Govt officials make a mockery of federalism
What is even more surprising is that they have sought permission to open “branch offices” in provinces “to oversee different works”
Mar 9, 2018-After Nepal officially made a shift from unitary to federal government system, politicians and bureaucrats rushed to proclaim that authorities, including decision-making powers, would finally be devolved from Singha Durbar, the central administrative secretariat, to provinces and local bodies.
The announcement echoed provisions included in the constitution promulgated in September 2015, which envisage creation of powerful subnational governments to effectively and efficiently deliver public goods and services, accelerate the pace of infrastructure development and stimulate economic growth.
Lately, this statement has started sounding hollow, as different organs of Singha Durbar are keen on retaining the power in the centre to continue wielding influence in provinces and local bodies.
A glimpse into this mind-set was offered during meetings called recently by the Office of the Prime Minister and Council of Ministers (OPMCM). The meetings were held to get views of senior central-level ministry officials on restructuring of the central government’s administrative system.
The OPMCM has been holding series of these meetings since the launch of the government’s business rules several days ago. The new business rules -- which explain roles and responsibilities of various ministries -- have reduced the number of ministries at the central level to 18 from existing 30. With this reduction, number of departments, offices and divisions under these ministries are expected to come down.
The OPMCM is currently conducting organisation and management (O&M) survey to make these reductions, which will lead to creation of a lean government at the centre and reduce government’s expenses.
But it appears some of the senior officials of ministries, who took part in the O&M survey, still have not been able to grasp the concept of a lean government, as they are expressing reluctance to reduce the number of departments, offices and divisions. What is even more surprising is that they have sought permission to open “branch offices” in provinces “to oversee different works”.
“This idea was pitched on assumption that provinces will not be able to handle ongoing projects. If this prediction turns into reality, there are fears of projects being stranded. So, the officials think the central government should have presence in provinces for the time being,” said OPMCM Secretary Prem Kumar Rai, who is one of the three officials leading the O&M survey.
If this suggestion is heeded it will deal a fatal blow to the budding federalism and prevent an unsteady nation from gaining a more solid footing because of conflicts between central and provincial governments.
The country had embraced federal set-up to empower provinces and local bodies so that inclusive and bottom-up development could be promoted.

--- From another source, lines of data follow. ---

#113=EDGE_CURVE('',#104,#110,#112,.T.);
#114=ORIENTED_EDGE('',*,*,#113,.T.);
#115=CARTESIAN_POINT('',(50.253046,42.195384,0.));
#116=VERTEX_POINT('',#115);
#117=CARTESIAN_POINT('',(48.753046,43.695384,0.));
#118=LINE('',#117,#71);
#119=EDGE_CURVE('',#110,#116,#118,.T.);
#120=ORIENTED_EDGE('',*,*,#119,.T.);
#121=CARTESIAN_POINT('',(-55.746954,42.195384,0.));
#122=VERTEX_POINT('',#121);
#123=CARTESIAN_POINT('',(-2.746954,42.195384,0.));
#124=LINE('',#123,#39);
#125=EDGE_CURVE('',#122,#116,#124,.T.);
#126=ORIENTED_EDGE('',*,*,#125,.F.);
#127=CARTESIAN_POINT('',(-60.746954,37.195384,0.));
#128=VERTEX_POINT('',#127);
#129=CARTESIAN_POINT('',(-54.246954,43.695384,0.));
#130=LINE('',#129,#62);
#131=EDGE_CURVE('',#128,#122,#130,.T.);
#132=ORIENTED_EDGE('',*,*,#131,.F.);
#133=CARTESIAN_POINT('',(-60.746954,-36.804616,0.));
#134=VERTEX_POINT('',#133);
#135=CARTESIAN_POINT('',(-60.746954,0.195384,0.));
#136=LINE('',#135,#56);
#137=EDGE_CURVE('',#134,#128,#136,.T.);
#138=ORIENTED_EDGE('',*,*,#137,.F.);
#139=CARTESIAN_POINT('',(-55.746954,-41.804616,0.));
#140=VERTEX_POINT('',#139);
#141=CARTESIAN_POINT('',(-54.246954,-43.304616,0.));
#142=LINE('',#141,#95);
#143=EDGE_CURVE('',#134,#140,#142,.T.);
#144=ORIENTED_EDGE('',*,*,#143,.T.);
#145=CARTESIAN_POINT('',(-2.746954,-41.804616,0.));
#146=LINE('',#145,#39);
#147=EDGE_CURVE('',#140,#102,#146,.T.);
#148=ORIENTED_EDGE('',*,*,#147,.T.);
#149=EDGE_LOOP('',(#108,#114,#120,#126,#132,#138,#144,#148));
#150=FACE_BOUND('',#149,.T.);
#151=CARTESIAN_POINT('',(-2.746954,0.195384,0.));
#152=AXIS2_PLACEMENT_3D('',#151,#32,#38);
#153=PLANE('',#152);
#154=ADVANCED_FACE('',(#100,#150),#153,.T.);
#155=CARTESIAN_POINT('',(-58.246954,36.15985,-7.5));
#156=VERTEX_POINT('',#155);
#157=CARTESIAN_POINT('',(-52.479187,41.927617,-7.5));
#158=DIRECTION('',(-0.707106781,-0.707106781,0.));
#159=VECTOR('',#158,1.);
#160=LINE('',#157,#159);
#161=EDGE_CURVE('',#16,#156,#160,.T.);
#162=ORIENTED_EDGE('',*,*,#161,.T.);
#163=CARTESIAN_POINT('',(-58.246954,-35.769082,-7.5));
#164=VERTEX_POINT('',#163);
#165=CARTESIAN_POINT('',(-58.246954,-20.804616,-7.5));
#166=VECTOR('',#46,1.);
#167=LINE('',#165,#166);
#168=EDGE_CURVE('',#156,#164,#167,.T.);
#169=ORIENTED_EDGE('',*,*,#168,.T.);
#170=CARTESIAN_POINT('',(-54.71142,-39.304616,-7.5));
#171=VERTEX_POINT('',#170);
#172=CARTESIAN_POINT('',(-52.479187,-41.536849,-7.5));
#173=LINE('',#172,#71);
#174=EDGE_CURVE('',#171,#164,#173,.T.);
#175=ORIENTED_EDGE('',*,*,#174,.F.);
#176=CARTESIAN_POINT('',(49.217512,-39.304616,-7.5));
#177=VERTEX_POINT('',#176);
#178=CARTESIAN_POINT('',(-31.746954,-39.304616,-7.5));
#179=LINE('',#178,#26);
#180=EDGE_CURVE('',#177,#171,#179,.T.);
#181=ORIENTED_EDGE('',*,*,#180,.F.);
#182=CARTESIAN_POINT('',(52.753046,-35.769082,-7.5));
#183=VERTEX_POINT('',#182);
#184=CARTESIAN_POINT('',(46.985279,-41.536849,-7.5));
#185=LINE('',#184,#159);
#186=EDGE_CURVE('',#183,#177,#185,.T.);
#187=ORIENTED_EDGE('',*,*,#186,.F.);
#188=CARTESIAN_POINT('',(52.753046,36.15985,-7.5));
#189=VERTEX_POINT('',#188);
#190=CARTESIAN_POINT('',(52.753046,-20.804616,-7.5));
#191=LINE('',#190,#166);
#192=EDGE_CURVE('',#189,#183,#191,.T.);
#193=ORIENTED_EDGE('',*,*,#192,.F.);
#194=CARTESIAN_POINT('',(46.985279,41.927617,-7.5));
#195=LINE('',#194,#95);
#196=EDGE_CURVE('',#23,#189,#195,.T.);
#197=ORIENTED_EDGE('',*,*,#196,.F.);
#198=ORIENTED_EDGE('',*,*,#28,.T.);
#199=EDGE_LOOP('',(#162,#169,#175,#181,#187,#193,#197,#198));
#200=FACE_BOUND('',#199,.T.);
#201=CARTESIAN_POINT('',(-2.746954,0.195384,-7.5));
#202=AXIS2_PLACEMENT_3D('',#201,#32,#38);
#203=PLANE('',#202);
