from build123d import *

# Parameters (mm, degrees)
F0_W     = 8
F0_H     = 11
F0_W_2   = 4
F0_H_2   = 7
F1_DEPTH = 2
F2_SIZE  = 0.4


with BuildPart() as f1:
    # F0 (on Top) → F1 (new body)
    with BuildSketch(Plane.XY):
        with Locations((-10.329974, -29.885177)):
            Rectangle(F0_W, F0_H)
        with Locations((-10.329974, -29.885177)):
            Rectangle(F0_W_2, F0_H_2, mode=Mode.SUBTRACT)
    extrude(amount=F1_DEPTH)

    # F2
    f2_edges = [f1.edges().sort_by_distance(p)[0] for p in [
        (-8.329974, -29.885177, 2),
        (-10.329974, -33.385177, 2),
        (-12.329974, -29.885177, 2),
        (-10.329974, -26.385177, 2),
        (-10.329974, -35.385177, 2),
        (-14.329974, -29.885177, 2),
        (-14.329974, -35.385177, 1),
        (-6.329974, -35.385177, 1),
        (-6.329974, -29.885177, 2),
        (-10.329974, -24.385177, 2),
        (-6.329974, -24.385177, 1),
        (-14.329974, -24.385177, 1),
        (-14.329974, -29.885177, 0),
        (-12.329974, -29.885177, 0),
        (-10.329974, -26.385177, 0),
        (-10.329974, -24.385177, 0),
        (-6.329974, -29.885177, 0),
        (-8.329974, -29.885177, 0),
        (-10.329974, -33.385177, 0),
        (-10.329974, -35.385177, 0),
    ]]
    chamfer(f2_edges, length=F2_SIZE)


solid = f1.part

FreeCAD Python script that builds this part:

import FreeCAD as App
import Part
import Sketcher
from FreeCAD import Vector


def edges_at(feature, points):
    """Names of the edges that pass closest to the given points."""
    edges = feature.Shape.Edges
    near = lambda p: min(range(len(edges)), key=lambda i: edges[i].distToShape(Part.Vertex(*p))[0])
    return sorted({f"Edge{near(p) + 1}" for p in points})

doc = App.newDocument("Part")
params = doc.addObject("Spreadsheet::Sheet", "Params")
for row, (alias, value) in enumerate([
    ("sketch1_width", "8 mm"),
    ("sketch1_width2", "4 mm"),
    ("sketch1_height", "11 mm"),
    ("sketch1_height2", "7 mm"),
    ("pad1_length", "2 mm"),
    ("chamfer_size", "0.4 mm"),
], start=1):
    params.set(f"A{row}", alias)
    params.set(f"B{row}", "=" + value)
    params.setAlias(f"B{row}", alias)

body = doc.addObject("PartDesign::Body", "Body")

# Sketch on XY plane
sketch1 = body.newObject("Sketcher::SketchObject", "Sketch")
sketch1.AttachmentSupport = (doc.getObject("XY_Plane"), [""])
sketch1.MapMode = "FlatFace"
sketch1.addGeometry([
    Part.LineSegment(Vector(-14.3, -24.4, 0), Vector(-14.3, -35.4, 0)),  # 0
    Part.LineSegment(Vector(-14.3, -35.4, 0), Vector(-6.3, -35.4, 0)),  # 1
    Part.LineSegment(Vector(-6.3, -35.4, 0), Vector(-6.3, -24.4, 0)),  # 2
    Part.LineSegment(Vector(-6.3, -24.4, 0), Vector(-14.3, -24.4, 0)),  # 3
    Part.LineSegment(Vector(-8.3, -33.4, 0), Vector(-12.3, -33.4, 0)),  # 4
    Part.LineSegment(Vector(-12.3, -33.4, 0), Vector(-12.3, -26.4, 0)),  # 5
    Part.LineSegment(Vector(-12.3, -26.4, 0), Vector(-8.3, -26.4, 0)),  # 6
    Part.LineSegment(Vector(-8.3, -26.4, 0), Vector(-8.3, -33.4, 0)),  # 7
], False)
sketch1.addConstraint([
    Sketcher.Constraint("Coincident", 0, 2, 1, 1),
    Sketcher.Constraint("Coincident", 1, 2, 2, 1),
    Sketcher.Constraint("Coincident", 2, 2, 3, 1),
    Sketcher.Constraint("Coincident", 3, 2, 0, 1),
    Sketcher.Constraint("Coincident", 4, 2, 5, 1),
    Sketcher.Constraint("Coincident", 5, 2, 6, 1),
    Sketcher.Constraint("Coincident", 6, 2, 7, 1),
    Sketcher.Constraint("Coincident", 7, 2, 4, 1),
    Sketcher.Constraint("Vertical", 0),
    Sketcher.Constraint("Horizontal", 1),
    Sketcher.Constraint("Vertical", 2),
    Sketcher.Constraint("Horizontal", 3),
    Sketcher.Constraint("Horizontal", 4),
    Sketcher.Constraint("Vertical", 5),
    Sketcher.Constraint("Horizontal", 6),
    Sketcher.Constraint("Vertical", 7),
    Sketcher.Constraint("DistanceX", 1, 1, 1, 2, 8.0),
    Sketcher.Constraint("DistanceX", 4, 2, 4, 1, 4.0),
    Sketcher.Constraint("DistanceY", 0, 2, 0, 1, 11.0),
    Sketcher.Constraint("DistanceY", 5, 1, 5, 2, 7.0),
    Sketcher.Constraint("DistanceX", 0, 2, 4, 2, 2.0),
    Sketcher.Constraint("DistanceY", 0, 2, 4, 2, 2.0),
    Sketcher.Constraint("DistanceX", 0, 2, -1, 1, 14.329974),
    Sketcher.Constraint("DistanceY", 0, 2, -1, 1, 35.385177),
])
sketch1.setExpression("Constraints[16]", "Params.sketch1_width")
sketch1.setExpression("Constraints[17]", "Params.sketch1_width2")
sketch1.setExpression("Constraints[18]", "Params.sketch1_height")
sketch1.setExpression("Constraints[19]", "Params.sketch1_height2")
pad1 = body.newObject("PartDesign::Pad", "Pad")
pad1.Profile = sketch1
pad1.setExpression("Length", "Params.pad1_length")
doc.recompute()

chamfer = body.newObject("PartDesign::Chamfer", "Chamfer")
chamfer.Base = (pad1, edges_at(pad1, [
    (-8.33, -29.885, 2),
    (-10.33, -33.385, 2),
    (-12.33, -29.885, 2),
    (-10.33, -26.385, 2),
    (-10.33, -35.385, 2),
    (-14.33, -29.885, 2),
    (-14.33, -35.385, 1),
    (-6.33, -35.385, 1),
    (-6.33, -29.885, 2),
    (-10.33, -24.385, 2),
    (-6.33, -24.385, 1),
    (-14.33, -24.385, 1),
    (-14.33, -29.885, 0),
    (-12.33, -29.885, 0),
    (-10.33, -26.385, 0),
    (-10.33, -24.385, 0),
    (-6.33, -29.885, 0),
    (-8.33, -29.885, 0),
    (-10.33, -33.385, 0),
    (-10.33, -35.385, 0),
]))
chamfer.setExpression("Size", "Params.chamfer_size")

doc.recompute()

Based on this concept, different ministries have been set up at provinces, and local bodies too have the authority to employ experts. This process of strengthening subnational governments has already cost billions of rupees and hundreds of billions more will have to be poured in the coming days to make local bodies and provinces stronger. But if the central government decides to poke its nose into businesses of provinces by establishing “branch offices”, costs will fly through the roof, making federalism unaffordable.
“We will not accept any decision that will unnecessarily drive up spending,” said Arjun Prasad Pokharel, spokesperson of the Ministry of Finance, which mobilises funds for public expenditure. “But we are confident the OPMCM will practice prudence.”

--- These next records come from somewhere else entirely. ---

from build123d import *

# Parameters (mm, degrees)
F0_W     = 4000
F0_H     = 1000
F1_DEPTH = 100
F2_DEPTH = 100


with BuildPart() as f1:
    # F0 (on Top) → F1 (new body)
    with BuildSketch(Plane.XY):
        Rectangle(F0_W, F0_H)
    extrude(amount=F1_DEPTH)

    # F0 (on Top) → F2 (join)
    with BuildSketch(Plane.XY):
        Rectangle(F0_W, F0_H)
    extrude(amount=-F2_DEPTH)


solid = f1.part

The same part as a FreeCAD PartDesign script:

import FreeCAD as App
import Part
import Sketcher

doc = App.newDocument("Part")
params = doc.addObject("Spreadsheet::Sheet", "Params")
for row, (alias, value) in enumerate([
    ("sketch1_width", "4000 mm"),
    ("sketch1_height", "1000 mm"),
    ("pad1_length", "100 mm"),
    ("sketch2_width", "4000 mm"),
    ("sketch2_height", "1000 mm"),
    ("pad2_length", "100 mm"),
], start=1):
    params.set(f"A{row}", alias)
    params.set(f"B{row}", "=" + value)
    params.setAlias(f"B{row}", alias)

body = doc.addObject("PartDesign::Body", "Body")

# Sketch on XY plane
sketch1 = body.newObject("Sketcher::SketchObject", "Sketch")
sketch1.AttachmentSupport = (doc.getObject("XY_Plane"), [""])
sketch1.MapMode = "FlatFace"
sketch1.addGeometry([
    Part.LineSegment(App.Vector(-2000, 500, 0), App.Vector(-2000, -500, 0)),
    Part.LineSegment(App.Vector(-2000, -500, 0), App.Vector(2000, -500, 0)),
    Part.LineSegment(App.Vector(2000, -500, 0), App.Vector(2000, 500, 0)),
    Part.LineSegment(App.Vector(2000, 500, 0), App.Vector(-2000, 500, 0)),
], False)
sketch1.addConstraint([
    Sketcher.Constraint("Coincident", 0, 2, 1, 1),
    Sketcher.Constraint("Coincident", 1, 2, 2, 1),
    Sketcher.Constraint("Coincident", 2, 2, 3, 1),
    Sketcher.Constraint("Coincident", 3, 2, 0, 1),
    Sketcher.Constraint("Vertical", 0),
    Sketcher.Constraint("Horizontal", 1),
    Sketcher.Constraint("Vertical", 2),
    Sketcher.Constraint("Horizontal", 3),
    Sketcher.Constraint("Symmetric", 0, 2, 2, 2, -1, 1),
    Sketcher.Constraint("DistanceX", 1, 1, 1, 2, 4000.0),
    Sketcher.Constraint("DistanceY", 0, 2, 0, 1, 1000.0),
])
sketch1.setExpression("Constraints[9]", "Params.sketch1_width")
sketch1.setExpression("Constraints[10]", "Params.sketch1_height")
pad1 = body.newObject("PartDesign::Pad", "Pad")
pad1.Profile = sketch1
pad1.setExpression("Length", "Params.pad1_length")

# Sketch on XY plane
sketch2 = body.newObject("Sketcher::SketchObject", "Sketch001")
sketch2.AttachmentSupport = (doc.getObject("XY_Plane"), [""])
sketch2.MapMode = "FlatFace"
sketch2.addGeometry([
    Part.LineSegment(App.Vector(-2000, 500, 0), App.Vector(-2000, -500, 0)),
    Part.LineSegment(App.Vector(-2000, -500, 0), App.Vector(2000, -500, 0)),
    Part.LineSegment(App.Vector(2000, -500, 0), App.Vector(2000, 500, 0)),
    Part.LineSegment(App.Vector(2000, 500, 0), App.Vector(-2000, 500, 0)),
], False)
sketch2.addConstraint([
    Sketcher.Constraint("Coincident", 0, 2, 1, 1),
    Sketcher.Constraint("Coincident", 1, 2, 2, 1),
    Sketcher.Constraint("Coincident", 2, 2, 3, 1),
    Sketcher.Constraint("Coincident", 3, 2, 0, 1),
    Sketcher.Constraint("Vertical", 0),
    Sketcher.Constraint("Horizontal", 1),
    Sketcher.Constraint("Vertical", 2),
    Sketcher.Constraint("Horizontal", 3),
    Sketcher.Constraint("Symmetric", 0, 2, 2, 2, -1, 1),
    Sketcher.Constraint("DistanceX", 1, 1, 1, 2, 4000.0),
    Sketcher.Constraint("DistanceY", 0, 2, 0, 1, 1000.0),
])
sketch2.setExpression("Constraints[9]", "Params.sketch2_width")
sketch2.setExpression("Constraints[10]", "Params.sketch2_height")
pad2 = body.newObject("PartDesign::Pad", "Pad001")
pad2.Profile = sketch2
pad2.setExpression("Length", "Params.pad2_length")
pad2.Reversed = True

doc.recompute()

Like Pokharel, OPMCM Spokesperson Dilliram Sharma also believes the Prime Minister’s Office will not rubber-stamp the proposal that can destabilise federalism and add costs. “The central-level ministries can always coordinate with provincial ministries to keep tabs on the work of provinces. So the proposal of establishing wings of the central government in provinces is not very convincing,” Sharma said.
Yet the proposal made by government officials reflects the traditional bureaucratic mentality of creating hurdles for new entrants. This is likely to prevent central and subnational governments from maintaining a smooth relationship.

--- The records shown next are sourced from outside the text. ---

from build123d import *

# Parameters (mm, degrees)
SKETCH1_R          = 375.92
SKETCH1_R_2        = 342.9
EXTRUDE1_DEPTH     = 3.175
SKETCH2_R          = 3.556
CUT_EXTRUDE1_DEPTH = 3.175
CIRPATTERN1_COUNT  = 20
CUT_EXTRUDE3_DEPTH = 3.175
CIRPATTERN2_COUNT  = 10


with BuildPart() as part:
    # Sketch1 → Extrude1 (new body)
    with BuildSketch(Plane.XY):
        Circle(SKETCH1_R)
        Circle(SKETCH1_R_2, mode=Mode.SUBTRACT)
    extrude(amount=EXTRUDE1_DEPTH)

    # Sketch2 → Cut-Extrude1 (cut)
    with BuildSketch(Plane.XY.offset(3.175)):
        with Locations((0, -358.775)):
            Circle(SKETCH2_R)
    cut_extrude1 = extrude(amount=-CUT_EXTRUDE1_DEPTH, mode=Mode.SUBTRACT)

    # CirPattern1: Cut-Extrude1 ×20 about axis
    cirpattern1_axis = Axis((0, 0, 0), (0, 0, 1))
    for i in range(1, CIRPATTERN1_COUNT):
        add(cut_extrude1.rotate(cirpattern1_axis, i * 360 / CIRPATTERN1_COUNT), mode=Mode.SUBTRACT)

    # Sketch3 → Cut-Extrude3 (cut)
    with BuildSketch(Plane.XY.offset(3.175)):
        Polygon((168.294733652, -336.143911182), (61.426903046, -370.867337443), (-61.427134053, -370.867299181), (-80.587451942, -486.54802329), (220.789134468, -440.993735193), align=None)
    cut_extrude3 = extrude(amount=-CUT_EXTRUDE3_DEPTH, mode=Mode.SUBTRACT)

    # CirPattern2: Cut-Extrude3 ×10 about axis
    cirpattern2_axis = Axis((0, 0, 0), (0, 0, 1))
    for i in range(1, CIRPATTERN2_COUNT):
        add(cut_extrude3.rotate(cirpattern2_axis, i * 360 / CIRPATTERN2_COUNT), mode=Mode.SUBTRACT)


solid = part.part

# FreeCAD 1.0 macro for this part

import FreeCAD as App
import Part
import Sketcher

V = App.Vector
Q = App.Units.Quantity

doc = App.newDocument("Part")
body = doc.addObject("PartDesign::Body", "Body")

# Sketch on XY plane
sketch1 = body.newObject("Sketcher::SketchObject", "Sketch")
sketch1.AttachmentSupport = (doc.getObject("XY_Plane"), [""])
sketch1.MapMode = "FlatFace"
sketch1.addGeometry([
    Part.Circle(V(0, 0, 0), V(0, 0, 1), 376),
    Part.Circle(V(0, 0, 0), V(0, 0, 1), 343),
], False)
sketch1.addConstraint([
    Sketcher.Constraint("Coincident", 0, 3, -1, 1),
    Sketcher.Constraint("Coincident", 1, 3, -1, 1),
    Sketcher.Constraint("Diameter", 1, Q("27 in")),
    Sketcher.Constraint("Diameter", 0, Q("29.6 in")),
])
pad1 = body.newObject("PartDesign::Pad", "Pad")
pad1.Profile = sketch1
pad1.Length = Q("0.125 in")

# Sketch on XY plane
sketch2 = body.newObject("Sketcher::SketchObject", "Sketch001")
sketch2.AttachmentSupport = (doc.getObject("XY_Plane"), [""])
sketch2.MapMode = "FlatFace"
sketch2.AttachmentOffset = App.Placement(V(0, 0, 0.125 * 25.4), App.Rotation())
sketch2.addGeometry(Part.Circle(V(0, -358.8, 0), V(0, 0, 1), 3.6), False)
sketch2.addConstraint([
    Sketcher.Constraint("PointOnObject", 0, 3, -2),
    Sketcher.Constraint("Diameter", 0, Q("0.28 in")),
    Sketcher.Constraint("DistanceY", 0, 3, -1, 1, Q("14.125 in")),
])
pocket1 = body.newObject("PartDesign::Pocket", "Pocket")
pocket1.Profile = sketch2
pocket1.Length = Q("0.125 in")
doc.recompute()

polarpattern = body.newObject("PartDesign::PolarPattern", "PolarPattern")
polarpattern.Originals = [pocket1]
polarpattern.Axis = (doc.getObject("Z_Axis"), [""])
polarpattern.Angle = 360
polarpattern.Occurrences = 20
body.Tip = polarpattern

# Sketch on XY plane
sketch3 = body.newObject("Sketcher::SketchObject", "Sketch002")
sketch3.AttachmentSupport = (doc.getObject("XY_Plane"), [""])
sketch3.MapMode = "FlatFace"
sketch3.AttachmentOffset = App.Placement(V(0, 0, 0.125 * 25.4), App.Rotation())
sketch3.addGeometry([
    Part.LineSegment(V(168, -336, 0), V(61, -371, 0)),  # 0
    Part.LineSegment(V(61, -371, 0), V(-61, -371, 0)),  # 1
    Part.LineSegment(V(-61, -371, 0), V(-81, -487, 0)),  # 2
    Part.LineSegment(V(-81, -487, 0), V(221, -441, 0)),  # 3
    Part.LineSegment(V(221, -441, 0), V(168, -336, 0)),  # 4
], False)
sketch3.addConstraint([
    Sketcher.Constraint("Coincident", 0, 2, 1, 1),
    Sketcher.Constraint("Coincident", 1, 2, 2, 1),
    Sketcher.Constraint("Coincident", 2, 2, 3, 1),
    Sketcher.Constraint("Coincident", 3, 2, 4, 1),
    Sketcher.Constraint("Coincident", 4, 2, 0, 1),
    Sketcher.Constraint("Equal", 2, 4),
    Sketcher.Constraint("Distance", 3, Q("12 in")),
    Sketcher.Constraint("Angle", 0, Q("-162.000018 deg")),
    Sketcher.Constraint("Angle", 1, Q("179.999982 deg")),
    Sketcher.Constraint("DistanceY", 1, 2, -1, 1, Q("370.867299 mm")),
    Sketcher.Constraint("DistanceX", 4, 2, 3, 2, Q("52.494401 mm")),
    Sketcher.Constraint("Distance", 2, Q("117.25676 mm")),
    Sketcher.Constraint("DistanceX", 2, 2, -1, 1, Q("80.587452 mm")),
    Sketcher.Constraint("DistanceY", 4, 2, -1, 1, Q("336.143911 mm")),
    Sketcher.Constraint("DistanceX", 1, 2, 3, 2, Q("282.216269 mm")),
])
pocket2 = body.newObject("PartDesign::Pocket", "Pocket001")
pocket2.Profile = sketch3
pocket2.Length = Q("0.125 in")
doc.recompute()

polarpattern2 = body.newObject("PartDesign::PolarPattern", "PolarPattern001")
polarpattern2.Originals = [pocket2]
polarpattern2.Axis = (doc.getObject("Z_Axis"), [""])
polarpattern2.Angle = 360
polarpattern2.Occurrences = 10
body.Tip = polarpattern2

doc.recompute()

Already, the central government has started creating barriers for subnational governments by delaying transfer of projects and programmes from the centre to local bodies.
The current financial year’s fiscal policy has directed the central government to hand over projects and programmes of up to Rs5 million to rural municipalities, of up to Rs10 million to municipalities and of up to Rs20 million to sub-metropolitan and metropolitan cities.
These projects and programmes should have been transferred within mid-August along with funds.
“But none of the infrastructure project, especially those related to road, drinking water and rural infrastructure, has been handed over so far,” said Nirmal Hari Adhikari, head of the Budget and Programme Division at the Ministry of Finance.
Infrastructure projects generally include procurement process, which paves the way for government officials to demand kickbacks from contractors, according to officials of the Finance Ministry. So, many at the ministry are seeing the delay in handing over of projects suspiciously.
If the projects are not transferred by the end of this fiscal year, the Ministry of Finance will stop providing funds earmarked for these schemes to line ministries from next fiscal year, Adhikari said.
“This intervention may yield desired result. But we don’t want to make interventions every now and then, as it will delay federal system from attaining maturity. So, the central-level ministries must work sincerely and should not undertake jobs that are beyond their jurisdiction,” added Adhikari.